───── Provided entries
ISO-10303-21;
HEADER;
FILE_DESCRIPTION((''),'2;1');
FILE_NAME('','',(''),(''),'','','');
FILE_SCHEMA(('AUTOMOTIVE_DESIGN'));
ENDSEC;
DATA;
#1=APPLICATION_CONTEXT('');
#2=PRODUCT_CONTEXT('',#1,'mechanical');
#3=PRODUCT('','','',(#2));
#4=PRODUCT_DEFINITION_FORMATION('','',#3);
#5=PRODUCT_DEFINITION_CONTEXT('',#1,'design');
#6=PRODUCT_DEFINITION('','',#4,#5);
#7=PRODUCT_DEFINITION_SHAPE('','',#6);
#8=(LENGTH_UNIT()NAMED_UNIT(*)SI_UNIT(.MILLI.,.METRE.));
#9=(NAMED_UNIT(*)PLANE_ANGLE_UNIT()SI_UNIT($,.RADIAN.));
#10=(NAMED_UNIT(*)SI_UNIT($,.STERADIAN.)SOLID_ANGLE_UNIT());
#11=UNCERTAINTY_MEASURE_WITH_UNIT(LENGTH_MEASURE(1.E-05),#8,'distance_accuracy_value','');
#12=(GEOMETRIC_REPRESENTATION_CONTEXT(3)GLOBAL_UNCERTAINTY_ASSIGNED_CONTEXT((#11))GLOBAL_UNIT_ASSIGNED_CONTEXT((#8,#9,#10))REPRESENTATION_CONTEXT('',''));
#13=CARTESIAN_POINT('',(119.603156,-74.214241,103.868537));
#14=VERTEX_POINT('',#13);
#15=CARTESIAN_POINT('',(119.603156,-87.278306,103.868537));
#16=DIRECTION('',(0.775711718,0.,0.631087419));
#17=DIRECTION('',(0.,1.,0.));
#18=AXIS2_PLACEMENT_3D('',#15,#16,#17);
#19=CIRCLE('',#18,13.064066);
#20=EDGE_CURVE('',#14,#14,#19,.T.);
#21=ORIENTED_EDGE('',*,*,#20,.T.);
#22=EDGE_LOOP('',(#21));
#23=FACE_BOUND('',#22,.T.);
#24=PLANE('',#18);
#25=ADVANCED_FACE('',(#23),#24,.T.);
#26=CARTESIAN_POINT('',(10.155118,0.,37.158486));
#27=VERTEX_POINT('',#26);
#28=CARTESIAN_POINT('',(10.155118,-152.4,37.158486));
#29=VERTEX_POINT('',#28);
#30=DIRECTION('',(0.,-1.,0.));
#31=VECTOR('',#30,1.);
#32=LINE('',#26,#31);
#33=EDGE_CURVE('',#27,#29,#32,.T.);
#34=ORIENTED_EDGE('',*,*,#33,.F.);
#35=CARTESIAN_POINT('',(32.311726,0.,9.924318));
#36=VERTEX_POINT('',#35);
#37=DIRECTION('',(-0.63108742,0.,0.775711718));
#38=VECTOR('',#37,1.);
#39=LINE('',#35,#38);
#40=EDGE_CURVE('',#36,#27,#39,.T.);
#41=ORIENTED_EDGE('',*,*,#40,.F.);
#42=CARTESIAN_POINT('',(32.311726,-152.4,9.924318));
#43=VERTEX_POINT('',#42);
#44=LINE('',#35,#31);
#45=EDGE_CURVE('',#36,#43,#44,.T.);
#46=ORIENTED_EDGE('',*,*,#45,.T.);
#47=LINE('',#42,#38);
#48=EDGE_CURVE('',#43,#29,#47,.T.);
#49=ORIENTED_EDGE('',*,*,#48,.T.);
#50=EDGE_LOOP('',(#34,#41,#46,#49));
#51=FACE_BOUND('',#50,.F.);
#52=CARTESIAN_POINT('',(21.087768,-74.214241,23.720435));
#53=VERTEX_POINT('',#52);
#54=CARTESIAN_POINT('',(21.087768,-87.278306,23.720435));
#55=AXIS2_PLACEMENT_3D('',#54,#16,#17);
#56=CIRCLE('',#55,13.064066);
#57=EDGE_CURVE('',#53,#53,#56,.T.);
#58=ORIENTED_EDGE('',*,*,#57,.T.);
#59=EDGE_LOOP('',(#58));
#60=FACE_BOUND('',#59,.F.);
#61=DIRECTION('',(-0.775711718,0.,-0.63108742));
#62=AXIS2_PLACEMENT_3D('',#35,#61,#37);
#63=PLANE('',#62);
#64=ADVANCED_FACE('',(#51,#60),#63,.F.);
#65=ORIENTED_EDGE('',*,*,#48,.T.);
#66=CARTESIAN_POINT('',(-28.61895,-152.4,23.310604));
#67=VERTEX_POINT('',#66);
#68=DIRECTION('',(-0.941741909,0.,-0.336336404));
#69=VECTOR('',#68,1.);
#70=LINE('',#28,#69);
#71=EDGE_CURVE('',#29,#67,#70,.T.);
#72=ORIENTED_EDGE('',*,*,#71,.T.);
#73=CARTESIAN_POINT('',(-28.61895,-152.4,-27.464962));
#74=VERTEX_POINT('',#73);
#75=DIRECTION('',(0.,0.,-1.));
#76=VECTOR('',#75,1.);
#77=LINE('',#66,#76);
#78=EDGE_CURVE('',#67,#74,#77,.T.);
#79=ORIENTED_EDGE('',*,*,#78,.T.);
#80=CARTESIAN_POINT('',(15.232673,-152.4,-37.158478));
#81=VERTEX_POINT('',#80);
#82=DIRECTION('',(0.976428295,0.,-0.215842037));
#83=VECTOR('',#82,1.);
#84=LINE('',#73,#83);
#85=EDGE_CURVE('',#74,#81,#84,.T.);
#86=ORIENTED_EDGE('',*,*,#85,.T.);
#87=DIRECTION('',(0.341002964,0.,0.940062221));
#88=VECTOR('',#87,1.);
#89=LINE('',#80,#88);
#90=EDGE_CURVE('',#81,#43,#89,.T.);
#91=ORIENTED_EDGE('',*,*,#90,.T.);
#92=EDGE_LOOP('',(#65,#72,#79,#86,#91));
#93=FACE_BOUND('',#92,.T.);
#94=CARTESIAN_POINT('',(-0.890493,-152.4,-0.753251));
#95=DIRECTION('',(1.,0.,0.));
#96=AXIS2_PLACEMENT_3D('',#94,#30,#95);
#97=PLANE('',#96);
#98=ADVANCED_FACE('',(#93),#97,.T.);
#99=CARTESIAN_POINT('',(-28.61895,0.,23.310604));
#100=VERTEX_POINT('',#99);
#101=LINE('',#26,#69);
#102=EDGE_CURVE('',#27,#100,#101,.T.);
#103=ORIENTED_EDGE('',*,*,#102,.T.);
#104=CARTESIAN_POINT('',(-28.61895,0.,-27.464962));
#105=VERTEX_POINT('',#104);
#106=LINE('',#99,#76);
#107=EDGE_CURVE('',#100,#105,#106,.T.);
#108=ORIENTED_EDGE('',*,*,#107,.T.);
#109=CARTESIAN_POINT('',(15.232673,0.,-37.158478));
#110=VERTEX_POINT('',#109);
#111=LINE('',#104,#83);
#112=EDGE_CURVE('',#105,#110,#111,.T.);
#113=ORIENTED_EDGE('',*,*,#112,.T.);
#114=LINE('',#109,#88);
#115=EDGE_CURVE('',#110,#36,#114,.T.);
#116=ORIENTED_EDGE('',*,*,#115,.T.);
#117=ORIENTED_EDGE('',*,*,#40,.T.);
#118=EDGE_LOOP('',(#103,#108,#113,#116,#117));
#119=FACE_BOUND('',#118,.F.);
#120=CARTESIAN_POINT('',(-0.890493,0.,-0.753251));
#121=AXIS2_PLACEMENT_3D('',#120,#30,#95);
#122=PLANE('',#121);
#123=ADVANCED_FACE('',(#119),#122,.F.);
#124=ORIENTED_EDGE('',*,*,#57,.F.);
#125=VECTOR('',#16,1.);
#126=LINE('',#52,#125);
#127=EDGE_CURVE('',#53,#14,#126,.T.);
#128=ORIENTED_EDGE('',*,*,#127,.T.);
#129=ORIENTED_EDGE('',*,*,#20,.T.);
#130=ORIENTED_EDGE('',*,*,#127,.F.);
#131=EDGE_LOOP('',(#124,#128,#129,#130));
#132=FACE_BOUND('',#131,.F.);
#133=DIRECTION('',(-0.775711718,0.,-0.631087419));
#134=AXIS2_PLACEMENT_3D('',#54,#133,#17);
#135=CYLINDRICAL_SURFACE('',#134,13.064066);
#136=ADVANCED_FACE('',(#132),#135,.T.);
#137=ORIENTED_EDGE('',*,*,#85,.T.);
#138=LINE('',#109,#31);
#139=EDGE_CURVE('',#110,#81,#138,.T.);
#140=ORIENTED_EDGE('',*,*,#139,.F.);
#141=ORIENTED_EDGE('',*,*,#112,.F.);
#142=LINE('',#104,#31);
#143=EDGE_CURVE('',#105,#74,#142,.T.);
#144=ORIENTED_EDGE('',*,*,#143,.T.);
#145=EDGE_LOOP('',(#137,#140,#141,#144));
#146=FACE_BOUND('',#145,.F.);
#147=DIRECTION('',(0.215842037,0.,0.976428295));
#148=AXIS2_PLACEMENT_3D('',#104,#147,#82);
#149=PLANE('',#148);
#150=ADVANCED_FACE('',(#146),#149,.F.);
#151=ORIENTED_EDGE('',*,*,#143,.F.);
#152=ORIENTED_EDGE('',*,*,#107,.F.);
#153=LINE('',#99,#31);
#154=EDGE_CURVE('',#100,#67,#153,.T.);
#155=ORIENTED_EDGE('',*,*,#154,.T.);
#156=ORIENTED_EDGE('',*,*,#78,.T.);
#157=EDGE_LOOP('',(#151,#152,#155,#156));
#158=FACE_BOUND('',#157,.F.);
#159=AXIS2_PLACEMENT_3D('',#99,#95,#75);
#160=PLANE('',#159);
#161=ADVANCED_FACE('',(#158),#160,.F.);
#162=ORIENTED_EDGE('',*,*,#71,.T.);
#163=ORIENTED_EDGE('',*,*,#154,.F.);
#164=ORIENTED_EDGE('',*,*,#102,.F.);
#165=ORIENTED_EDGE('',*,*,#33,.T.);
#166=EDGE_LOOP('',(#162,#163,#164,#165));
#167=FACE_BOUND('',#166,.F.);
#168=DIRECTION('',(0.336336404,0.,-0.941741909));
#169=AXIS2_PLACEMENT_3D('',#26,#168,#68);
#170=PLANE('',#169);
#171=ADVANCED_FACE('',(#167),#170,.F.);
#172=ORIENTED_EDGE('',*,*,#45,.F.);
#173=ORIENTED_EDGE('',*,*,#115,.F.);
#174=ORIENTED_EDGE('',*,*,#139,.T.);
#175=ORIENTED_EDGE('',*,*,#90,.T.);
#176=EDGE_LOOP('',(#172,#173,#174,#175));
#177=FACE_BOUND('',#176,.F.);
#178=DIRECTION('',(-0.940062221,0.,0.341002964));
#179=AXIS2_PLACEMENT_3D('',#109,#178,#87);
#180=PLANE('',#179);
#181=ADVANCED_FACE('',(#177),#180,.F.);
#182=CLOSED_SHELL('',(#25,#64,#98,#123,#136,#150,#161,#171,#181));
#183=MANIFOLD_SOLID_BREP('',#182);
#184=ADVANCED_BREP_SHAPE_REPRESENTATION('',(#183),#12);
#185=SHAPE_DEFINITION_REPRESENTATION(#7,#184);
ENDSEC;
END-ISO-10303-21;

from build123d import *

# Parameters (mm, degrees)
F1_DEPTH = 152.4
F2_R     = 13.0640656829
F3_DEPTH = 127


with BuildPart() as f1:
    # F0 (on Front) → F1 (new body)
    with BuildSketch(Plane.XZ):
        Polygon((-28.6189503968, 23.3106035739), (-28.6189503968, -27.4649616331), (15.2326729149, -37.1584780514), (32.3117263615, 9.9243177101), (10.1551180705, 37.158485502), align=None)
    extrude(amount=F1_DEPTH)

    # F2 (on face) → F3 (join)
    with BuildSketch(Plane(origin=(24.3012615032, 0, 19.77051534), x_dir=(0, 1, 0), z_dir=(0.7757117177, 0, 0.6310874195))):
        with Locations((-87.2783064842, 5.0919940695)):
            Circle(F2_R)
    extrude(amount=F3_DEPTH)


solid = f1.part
──────────
───── Provided entries
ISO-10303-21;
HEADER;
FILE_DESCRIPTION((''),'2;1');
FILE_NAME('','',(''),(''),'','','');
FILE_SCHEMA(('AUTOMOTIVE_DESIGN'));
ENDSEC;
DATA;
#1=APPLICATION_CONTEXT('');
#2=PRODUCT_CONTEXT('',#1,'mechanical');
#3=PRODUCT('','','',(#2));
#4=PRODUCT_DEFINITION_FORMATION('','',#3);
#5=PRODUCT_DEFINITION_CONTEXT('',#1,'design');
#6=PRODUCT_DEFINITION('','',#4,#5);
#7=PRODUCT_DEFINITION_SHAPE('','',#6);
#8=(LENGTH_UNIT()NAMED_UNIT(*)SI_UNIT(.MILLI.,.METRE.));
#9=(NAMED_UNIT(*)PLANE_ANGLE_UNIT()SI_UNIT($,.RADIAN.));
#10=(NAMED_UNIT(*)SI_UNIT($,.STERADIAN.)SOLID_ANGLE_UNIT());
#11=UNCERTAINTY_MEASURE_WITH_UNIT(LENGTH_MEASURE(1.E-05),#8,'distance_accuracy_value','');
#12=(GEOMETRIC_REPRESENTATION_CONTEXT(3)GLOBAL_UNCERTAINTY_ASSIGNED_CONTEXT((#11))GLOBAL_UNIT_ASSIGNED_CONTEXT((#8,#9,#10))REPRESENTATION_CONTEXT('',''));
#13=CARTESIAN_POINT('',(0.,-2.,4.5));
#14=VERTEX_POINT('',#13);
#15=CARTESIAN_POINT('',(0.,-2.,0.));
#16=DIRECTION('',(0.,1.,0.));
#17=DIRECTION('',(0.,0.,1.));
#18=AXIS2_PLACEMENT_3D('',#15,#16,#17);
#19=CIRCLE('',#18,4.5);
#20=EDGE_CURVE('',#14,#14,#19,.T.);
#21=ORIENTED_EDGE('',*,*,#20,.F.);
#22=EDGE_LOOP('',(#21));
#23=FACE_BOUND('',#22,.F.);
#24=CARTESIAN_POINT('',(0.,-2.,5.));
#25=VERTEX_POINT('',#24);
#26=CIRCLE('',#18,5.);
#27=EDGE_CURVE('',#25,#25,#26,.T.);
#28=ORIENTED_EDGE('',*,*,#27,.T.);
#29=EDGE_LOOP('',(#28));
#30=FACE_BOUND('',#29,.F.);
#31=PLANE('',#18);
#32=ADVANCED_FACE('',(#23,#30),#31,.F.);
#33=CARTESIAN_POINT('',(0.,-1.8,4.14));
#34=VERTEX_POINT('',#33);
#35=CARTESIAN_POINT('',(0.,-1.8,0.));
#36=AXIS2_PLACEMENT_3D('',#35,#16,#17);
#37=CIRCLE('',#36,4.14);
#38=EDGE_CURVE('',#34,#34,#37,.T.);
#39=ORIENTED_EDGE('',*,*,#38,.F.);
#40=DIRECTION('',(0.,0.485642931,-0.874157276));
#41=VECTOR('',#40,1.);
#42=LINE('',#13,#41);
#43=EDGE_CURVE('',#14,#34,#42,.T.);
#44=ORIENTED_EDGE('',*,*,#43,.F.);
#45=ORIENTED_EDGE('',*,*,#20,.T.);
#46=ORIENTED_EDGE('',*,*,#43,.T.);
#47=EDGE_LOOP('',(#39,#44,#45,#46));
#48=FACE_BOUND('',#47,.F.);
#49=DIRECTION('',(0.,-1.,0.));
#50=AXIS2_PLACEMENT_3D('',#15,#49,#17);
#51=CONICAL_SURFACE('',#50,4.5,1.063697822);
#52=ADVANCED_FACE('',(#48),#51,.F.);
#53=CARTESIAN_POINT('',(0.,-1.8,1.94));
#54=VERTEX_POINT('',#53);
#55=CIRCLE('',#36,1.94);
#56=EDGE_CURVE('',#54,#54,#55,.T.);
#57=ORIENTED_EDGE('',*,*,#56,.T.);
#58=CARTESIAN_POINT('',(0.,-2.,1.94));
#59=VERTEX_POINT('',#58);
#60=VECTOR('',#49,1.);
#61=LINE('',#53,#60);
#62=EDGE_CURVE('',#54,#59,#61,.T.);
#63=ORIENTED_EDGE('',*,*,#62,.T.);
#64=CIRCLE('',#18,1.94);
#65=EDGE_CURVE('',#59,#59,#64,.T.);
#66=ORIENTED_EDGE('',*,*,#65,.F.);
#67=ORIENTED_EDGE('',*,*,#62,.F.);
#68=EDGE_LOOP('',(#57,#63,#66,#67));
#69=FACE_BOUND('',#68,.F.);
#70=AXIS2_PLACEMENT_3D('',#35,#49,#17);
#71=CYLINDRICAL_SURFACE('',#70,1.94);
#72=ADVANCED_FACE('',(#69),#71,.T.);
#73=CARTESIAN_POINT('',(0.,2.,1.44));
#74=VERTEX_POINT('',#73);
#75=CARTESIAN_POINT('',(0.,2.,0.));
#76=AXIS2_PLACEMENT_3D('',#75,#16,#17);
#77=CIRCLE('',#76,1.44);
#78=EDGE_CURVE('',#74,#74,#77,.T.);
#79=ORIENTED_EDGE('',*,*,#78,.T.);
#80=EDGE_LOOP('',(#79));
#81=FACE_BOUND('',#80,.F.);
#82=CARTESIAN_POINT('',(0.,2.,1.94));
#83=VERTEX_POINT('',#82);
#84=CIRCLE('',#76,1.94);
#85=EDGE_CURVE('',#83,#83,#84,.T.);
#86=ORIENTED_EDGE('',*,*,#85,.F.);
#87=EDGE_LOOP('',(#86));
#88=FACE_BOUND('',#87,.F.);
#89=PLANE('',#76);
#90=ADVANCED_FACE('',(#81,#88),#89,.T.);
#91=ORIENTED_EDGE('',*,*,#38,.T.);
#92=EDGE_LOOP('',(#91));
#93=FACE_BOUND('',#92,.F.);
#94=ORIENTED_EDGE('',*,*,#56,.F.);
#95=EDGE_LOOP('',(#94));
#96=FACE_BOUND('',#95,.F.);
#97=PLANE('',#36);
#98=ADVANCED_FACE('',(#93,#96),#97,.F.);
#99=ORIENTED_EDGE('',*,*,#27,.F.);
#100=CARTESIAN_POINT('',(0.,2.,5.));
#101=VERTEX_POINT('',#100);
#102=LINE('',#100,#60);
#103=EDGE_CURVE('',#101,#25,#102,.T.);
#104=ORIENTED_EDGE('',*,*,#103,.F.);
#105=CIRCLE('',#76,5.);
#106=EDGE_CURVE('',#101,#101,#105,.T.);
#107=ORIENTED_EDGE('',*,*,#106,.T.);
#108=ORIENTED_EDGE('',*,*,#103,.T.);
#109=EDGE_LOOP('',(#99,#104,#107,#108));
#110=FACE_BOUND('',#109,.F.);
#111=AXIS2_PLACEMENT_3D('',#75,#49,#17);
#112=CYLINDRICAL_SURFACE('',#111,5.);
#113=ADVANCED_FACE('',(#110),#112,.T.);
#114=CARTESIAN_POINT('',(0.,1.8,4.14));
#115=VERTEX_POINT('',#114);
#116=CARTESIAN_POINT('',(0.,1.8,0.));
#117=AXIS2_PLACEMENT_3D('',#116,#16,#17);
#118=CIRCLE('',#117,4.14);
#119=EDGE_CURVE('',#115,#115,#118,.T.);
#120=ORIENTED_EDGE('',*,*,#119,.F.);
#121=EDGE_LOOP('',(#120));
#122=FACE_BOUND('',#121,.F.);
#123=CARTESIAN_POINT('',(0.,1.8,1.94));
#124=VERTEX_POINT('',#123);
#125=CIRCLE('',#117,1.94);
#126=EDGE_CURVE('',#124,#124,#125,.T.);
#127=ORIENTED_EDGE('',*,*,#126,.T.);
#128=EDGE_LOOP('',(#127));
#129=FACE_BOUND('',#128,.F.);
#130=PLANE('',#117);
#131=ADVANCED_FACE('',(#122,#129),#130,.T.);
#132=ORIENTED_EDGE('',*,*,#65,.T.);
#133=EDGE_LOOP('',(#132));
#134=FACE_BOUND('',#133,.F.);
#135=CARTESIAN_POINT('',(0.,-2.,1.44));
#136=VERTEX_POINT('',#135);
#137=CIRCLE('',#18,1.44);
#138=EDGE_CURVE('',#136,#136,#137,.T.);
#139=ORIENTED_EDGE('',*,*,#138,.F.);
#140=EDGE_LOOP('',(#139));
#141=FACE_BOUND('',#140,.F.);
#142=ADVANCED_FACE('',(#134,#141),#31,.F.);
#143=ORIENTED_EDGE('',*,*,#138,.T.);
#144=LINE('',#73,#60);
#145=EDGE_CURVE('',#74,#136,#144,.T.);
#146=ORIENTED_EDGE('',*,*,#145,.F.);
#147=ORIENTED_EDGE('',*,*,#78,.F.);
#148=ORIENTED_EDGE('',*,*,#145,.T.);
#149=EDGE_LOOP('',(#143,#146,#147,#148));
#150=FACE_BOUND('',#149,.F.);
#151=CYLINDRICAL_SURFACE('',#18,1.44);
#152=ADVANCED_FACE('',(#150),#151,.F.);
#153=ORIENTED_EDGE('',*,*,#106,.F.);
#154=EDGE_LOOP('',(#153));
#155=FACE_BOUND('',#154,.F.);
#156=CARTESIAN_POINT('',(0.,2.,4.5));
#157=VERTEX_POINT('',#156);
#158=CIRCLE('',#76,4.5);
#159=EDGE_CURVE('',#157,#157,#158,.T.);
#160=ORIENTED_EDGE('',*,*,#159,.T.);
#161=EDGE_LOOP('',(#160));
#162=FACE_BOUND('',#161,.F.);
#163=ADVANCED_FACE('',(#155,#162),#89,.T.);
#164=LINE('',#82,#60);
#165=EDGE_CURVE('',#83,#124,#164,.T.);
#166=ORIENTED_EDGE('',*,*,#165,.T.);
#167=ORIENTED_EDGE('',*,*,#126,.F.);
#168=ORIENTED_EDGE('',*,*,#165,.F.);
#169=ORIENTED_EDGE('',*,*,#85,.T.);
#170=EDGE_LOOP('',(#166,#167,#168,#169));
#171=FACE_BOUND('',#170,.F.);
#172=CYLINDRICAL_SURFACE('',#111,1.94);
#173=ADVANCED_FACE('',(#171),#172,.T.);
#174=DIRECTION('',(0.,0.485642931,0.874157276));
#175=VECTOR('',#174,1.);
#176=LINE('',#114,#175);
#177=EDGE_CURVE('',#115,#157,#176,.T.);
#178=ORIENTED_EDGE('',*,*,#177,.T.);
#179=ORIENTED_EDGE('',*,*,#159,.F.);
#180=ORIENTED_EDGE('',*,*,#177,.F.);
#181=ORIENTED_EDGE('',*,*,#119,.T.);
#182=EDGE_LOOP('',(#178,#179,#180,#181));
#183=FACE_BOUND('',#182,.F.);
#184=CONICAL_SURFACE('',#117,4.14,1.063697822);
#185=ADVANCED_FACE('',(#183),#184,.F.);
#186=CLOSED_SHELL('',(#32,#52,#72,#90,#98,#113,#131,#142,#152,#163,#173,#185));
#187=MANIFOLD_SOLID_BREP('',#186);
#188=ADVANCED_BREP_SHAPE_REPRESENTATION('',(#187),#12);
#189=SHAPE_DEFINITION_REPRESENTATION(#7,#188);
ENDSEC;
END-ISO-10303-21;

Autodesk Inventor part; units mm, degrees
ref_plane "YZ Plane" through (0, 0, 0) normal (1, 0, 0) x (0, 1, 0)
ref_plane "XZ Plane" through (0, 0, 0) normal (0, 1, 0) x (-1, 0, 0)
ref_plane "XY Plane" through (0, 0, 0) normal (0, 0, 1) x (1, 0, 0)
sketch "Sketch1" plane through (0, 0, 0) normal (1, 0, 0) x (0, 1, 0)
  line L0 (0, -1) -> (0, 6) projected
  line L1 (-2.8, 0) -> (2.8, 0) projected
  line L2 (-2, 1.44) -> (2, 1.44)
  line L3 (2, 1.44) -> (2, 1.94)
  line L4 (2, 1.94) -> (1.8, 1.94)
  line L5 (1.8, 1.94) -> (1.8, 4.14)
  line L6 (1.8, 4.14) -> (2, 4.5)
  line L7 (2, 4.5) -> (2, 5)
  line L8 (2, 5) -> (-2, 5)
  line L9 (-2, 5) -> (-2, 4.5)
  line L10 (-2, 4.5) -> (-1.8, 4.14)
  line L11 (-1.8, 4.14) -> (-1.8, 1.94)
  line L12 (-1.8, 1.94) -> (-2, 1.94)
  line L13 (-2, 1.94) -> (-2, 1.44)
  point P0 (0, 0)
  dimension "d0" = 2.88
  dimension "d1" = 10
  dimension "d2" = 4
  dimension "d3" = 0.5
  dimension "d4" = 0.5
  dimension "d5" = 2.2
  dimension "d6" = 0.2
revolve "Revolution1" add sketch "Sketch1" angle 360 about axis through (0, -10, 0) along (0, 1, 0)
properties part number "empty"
──────────
Task brief:
Your answer should consist solely of the lines above from the line with "#172=ORIENTED_EDGE('',*,*,#45,.F.);" to the line with "#181=ADVANCED_FACE('',(#177),#180,.F.);", both included, reproduced exactly.

Task solution:
#172=ORIENTED_EDGE('',*,*,#45,.F.);
#173=ORIENTED_EDGE('',*,*,#115,.F.);
#174=ORIENTED_EDGE('',*,*,#139,.T.);
#175=ORIENTED_EDGE('',*,*,#90,.T.);
#176=EDGE_LOOP('',(#172,#173,#174,#175));
#177=FACE_BOUND('',#176,.F.);
#178=DIRECTION('',(-0.940062221,0.,0.341002964));
#179=AXIS2_PLACEMENT_3D('',#109,#178,#87);
#180=PLANE('',#179);
#181=ADVANCED_FACE('',(#177),#180,.F.);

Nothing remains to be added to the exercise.